+++ RECORDS SHOWN +++

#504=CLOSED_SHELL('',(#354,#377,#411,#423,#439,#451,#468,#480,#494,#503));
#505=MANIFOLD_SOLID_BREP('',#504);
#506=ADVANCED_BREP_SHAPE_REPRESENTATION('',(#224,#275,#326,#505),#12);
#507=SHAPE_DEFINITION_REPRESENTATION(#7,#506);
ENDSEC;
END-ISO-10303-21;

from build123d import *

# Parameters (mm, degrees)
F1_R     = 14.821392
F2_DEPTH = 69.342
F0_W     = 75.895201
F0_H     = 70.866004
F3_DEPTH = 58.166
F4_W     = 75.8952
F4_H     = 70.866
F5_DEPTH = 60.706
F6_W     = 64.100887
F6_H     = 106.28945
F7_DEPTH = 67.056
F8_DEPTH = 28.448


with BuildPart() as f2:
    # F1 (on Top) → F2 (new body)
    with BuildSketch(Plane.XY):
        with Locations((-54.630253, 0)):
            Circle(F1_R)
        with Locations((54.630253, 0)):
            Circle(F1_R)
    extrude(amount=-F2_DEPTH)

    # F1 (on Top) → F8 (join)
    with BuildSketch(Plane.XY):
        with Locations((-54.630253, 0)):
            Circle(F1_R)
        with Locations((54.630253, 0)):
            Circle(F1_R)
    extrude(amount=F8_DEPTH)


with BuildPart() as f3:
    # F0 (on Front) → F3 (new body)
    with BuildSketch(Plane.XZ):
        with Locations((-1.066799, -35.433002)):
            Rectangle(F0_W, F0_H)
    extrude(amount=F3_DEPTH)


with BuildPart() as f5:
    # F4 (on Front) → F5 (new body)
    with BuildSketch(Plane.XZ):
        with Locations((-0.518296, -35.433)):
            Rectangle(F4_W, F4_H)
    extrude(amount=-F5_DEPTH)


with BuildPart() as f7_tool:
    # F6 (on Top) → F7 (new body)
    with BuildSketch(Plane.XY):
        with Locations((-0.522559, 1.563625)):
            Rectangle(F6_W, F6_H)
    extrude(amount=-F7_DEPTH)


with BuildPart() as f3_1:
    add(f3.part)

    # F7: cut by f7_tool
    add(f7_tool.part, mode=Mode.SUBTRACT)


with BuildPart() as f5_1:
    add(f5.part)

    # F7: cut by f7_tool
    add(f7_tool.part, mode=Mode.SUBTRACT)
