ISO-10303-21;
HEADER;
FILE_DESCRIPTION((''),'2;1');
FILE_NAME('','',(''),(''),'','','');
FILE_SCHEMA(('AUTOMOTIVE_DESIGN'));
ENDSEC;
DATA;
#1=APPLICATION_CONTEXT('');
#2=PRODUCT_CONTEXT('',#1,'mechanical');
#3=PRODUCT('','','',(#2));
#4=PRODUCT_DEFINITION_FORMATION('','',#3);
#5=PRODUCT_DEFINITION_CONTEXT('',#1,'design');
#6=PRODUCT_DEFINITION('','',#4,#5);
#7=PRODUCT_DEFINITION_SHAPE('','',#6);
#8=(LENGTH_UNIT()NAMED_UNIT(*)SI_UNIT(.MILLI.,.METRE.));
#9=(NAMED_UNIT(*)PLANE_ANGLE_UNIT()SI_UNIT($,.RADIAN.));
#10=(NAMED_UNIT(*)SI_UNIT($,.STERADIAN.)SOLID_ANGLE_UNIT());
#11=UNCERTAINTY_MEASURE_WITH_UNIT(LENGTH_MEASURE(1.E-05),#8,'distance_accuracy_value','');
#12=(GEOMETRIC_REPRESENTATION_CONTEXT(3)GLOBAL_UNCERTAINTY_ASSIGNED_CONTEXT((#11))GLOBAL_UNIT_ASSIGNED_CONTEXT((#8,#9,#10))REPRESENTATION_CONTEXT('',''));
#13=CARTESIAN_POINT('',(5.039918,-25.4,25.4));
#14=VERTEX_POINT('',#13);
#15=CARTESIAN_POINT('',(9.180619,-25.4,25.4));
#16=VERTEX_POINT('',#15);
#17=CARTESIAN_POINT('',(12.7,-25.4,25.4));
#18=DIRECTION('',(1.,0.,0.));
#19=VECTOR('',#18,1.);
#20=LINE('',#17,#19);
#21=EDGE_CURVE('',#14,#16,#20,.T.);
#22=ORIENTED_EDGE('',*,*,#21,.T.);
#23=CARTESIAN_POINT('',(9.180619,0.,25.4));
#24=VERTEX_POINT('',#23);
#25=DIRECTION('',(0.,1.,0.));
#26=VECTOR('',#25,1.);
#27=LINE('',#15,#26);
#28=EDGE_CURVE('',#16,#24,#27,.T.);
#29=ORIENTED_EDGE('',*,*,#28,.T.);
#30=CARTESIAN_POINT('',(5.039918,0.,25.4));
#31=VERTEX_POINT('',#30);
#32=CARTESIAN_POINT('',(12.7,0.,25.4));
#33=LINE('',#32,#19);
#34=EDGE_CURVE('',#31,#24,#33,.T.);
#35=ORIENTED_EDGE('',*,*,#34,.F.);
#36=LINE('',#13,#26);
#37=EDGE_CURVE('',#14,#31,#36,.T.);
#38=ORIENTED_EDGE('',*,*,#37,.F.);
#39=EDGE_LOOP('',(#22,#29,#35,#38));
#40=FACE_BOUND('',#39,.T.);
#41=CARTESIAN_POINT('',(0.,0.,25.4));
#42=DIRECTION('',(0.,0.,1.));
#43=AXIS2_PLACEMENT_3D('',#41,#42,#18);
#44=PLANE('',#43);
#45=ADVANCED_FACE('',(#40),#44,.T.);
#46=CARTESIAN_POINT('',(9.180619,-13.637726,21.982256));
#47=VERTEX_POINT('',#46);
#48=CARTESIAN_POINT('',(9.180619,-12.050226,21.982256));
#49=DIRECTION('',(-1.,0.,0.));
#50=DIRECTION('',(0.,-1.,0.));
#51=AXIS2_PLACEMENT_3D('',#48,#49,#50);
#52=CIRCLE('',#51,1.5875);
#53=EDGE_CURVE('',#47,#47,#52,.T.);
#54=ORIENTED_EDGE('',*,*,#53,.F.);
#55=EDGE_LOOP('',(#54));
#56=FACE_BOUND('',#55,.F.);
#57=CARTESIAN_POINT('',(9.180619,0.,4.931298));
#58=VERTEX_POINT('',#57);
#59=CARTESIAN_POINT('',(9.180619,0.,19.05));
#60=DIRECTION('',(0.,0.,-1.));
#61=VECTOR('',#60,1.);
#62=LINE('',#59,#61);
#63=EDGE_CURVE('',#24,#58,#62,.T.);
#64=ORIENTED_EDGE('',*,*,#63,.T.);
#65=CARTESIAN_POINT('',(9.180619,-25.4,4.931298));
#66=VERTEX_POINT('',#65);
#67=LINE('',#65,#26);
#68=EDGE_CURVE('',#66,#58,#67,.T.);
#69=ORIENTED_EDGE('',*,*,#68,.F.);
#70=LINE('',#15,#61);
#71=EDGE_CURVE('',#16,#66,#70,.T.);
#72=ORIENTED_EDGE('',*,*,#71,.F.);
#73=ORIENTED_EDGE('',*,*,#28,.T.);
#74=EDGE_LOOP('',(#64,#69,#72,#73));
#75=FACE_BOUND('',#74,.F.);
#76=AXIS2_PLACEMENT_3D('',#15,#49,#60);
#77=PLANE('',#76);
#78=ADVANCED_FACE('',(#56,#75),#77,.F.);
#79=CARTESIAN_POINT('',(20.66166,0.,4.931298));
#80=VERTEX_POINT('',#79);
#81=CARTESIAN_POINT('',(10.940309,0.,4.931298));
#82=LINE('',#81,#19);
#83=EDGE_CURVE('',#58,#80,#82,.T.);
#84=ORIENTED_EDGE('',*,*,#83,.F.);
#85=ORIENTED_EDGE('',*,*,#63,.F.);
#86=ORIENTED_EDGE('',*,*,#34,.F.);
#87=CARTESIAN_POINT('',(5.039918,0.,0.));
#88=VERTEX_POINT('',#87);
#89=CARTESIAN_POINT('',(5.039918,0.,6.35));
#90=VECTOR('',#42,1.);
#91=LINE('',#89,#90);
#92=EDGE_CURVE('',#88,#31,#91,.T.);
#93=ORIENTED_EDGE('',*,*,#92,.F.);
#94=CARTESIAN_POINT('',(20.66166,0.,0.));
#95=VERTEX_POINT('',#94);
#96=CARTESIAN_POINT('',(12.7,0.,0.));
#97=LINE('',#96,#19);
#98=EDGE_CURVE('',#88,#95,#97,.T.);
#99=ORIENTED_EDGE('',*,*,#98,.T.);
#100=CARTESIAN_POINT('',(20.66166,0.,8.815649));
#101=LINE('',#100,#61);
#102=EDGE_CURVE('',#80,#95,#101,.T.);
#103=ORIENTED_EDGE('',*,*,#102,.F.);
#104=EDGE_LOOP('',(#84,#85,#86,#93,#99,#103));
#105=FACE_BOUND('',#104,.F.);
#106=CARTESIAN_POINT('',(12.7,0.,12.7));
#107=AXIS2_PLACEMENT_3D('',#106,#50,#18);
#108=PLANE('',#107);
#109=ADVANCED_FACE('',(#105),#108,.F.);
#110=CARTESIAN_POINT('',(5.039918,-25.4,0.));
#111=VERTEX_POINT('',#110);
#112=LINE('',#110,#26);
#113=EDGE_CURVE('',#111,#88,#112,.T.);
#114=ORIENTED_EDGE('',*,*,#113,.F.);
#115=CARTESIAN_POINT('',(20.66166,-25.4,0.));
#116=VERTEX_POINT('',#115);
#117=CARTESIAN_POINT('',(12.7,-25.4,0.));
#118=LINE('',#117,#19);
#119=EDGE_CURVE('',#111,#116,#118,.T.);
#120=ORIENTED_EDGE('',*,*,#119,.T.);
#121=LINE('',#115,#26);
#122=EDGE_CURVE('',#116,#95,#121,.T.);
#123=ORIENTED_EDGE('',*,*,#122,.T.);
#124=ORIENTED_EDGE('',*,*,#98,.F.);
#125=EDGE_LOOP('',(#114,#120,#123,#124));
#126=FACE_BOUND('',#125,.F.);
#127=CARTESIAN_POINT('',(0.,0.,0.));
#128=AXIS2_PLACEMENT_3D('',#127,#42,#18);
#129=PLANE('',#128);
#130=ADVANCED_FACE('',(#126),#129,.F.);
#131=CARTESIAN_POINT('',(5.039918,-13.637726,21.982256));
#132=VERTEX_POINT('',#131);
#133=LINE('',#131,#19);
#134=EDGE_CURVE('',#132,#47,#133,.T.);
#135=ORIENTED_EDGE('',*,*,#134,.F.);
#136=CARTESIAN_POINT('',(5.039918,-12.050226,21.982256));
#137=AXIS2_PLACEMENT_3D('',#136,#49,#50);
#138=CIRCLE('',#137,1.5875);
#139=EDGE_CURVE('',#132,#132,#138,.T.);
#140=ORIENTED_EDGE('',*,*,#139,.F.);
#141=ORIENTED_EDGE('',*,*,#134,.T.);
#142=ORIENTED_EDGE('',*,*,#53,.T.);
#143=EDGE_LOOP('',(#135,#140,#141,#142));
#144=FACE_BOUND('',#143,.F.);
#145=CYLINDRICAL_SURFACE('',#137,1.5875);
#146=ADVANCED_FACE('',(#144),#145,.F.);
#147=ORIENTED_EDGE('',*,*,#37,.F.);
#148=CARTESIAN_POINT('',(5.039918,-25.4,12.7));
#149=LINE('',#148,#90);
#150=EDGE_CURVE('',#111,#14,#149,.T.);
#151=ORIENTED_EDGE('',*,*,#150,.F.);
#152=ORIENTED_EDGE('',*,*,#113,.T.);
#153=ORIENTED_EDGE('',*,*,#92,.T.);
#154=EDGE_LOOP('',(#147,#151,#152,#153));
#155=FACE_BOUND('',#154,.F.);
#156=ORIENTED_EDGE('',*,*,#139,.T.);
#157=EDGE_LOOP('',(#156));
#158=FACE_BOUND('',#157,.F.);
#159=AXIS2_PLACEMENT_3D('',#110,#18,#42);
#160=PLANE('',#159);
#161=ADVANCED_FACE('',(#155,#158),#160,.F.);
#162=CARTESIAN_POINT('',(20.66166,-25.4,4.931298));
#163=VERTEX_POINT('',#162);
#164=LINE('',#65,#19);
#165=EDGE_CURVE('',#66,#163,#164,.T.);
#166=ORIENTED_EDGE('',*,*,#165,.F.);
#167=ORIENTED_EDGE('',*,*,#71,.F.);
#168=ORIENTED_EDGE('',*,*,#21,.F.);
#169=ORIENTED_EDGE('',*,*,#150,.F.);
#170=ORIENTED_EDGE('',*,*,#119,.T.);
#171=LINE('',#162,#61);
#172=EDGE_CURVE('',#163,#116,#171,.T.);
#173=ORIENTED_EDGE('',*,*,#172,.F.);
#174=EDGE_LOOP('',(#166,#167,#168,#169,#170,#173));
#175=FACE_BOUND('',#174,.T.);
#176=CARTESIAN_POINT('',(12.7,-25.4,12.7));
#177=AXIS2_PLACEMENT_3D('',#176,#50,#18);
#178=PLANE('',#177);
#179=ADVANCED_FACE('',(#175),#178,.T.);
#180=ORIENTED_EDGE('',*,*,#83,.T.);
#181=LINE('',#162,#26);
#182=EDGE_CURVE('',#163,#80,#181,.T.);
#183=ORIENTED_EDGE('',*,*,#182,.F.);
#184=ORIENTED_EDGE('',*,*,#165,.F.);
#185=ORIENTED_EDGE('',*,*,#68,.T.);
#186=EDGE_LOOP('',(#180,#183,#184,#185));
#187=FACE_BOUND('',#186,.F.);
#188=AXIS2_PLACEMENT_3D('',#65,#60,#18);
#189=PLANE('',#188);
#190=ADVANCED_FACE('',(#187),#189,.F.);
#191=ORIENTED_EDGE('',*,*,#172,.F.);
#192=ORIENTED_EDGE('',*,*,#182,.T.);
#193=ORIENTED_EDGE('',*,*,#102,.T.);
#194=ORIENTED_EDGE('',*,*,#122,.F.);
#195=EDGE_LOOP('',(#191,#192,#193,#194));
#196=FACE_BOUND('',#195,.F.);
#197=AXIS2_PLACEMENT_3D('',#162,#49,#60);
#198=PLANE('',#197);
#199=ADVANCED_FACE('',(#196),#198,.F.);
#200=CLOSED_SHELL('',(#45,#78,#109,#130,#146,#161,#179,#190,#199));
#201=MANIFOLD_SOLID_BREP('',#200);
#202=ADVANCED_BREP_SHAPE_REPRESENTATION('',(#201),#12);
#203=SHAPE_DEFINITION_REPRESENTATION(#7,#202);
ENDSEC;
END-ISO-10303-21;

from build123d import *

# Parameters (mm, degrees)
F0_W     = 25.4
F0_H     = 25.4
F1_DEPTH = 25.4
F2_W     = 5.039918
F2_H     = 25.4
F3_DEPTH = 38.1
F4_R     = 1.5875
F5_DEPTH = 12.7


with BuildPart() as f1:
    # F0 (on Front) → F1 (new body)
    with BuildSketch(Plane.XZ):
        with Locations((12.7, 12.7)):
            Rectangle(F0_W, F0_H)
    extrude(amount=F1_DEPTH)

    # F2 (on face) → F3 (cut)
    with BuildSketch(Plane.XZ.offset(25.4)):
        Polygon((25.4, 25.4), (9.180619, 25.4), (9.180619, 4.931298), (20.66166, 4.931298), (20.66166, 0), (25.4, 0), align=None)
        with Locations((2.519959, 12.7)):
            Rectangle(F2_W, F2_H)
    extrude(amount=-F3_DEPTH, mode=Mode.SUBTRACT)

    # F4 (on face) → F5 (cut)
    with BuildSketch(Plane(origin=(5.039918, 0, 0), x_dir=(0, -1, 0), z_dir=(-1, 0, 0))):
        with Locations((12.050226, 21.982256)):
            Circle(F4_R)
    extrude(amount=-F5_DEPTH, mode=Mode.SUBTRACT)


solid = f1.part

+++

Transcribe each line of the data above, unaltered, from the one where "#55=EDGE_LOOP('',(#54));" appears to the one where "#80=VERTEX_POINT('',#79);" appears, inclusive of both.

#55=EDGE_LOOP('',(#54));
#56=FACE_BOUND('',#55,.F.);
#57=CARTESIAN_POINT('',(9.180619,0.,4.931298));
#58=VERTEX_POINT('',#57);
#59=CARTESIAN_POINT('',(9.180619,0.,19.05));
#60=DIRECTION('',(0.,0.,-1.));
#61=VECTOR('',#60,1.);
#62=LINE('',#59,#61);
#63=EDGE_CURVE('',#24,#58,#62,.T.);
#64=ORIENTED_EDGE('',*,*,#63,.T.);
#65=CARTESIAN_POINT('',(9.180619,-25.4,4.931298));
#66=VERTEX_POINT('',#65);
#67=LINE('',#65,#26);
#68=EDGE_CURVE('',#66,#58,#67,.T.);
#69=ORIENTED_EDGE('',*,*,#68,.F.);
#70=LINE('',#15,#61);
#71=EDGE_CURVE('',#16,#66,#70,.T.);
#72=ORIENTED_EDGE('',*,*,#71,.F.);
#73=ORIENTED_EDGE('',*,*,#28,.T.);
#74=EDGE_LOOP('',(#64,#69,#72,#73));
#75=FACE_BOUND('',#74,.F.);
#76=AXIS2_PLACEMENT_3D('',#15,#49,#60);
#77=PLANE('',#76);
#78=ADVANCED_FACE('',(#56,#75),#77,.F.);
#79=CARTESIAN_POINT('',(20.66166,0.,4.931298));
#80=VERTEX_POINT('',#79);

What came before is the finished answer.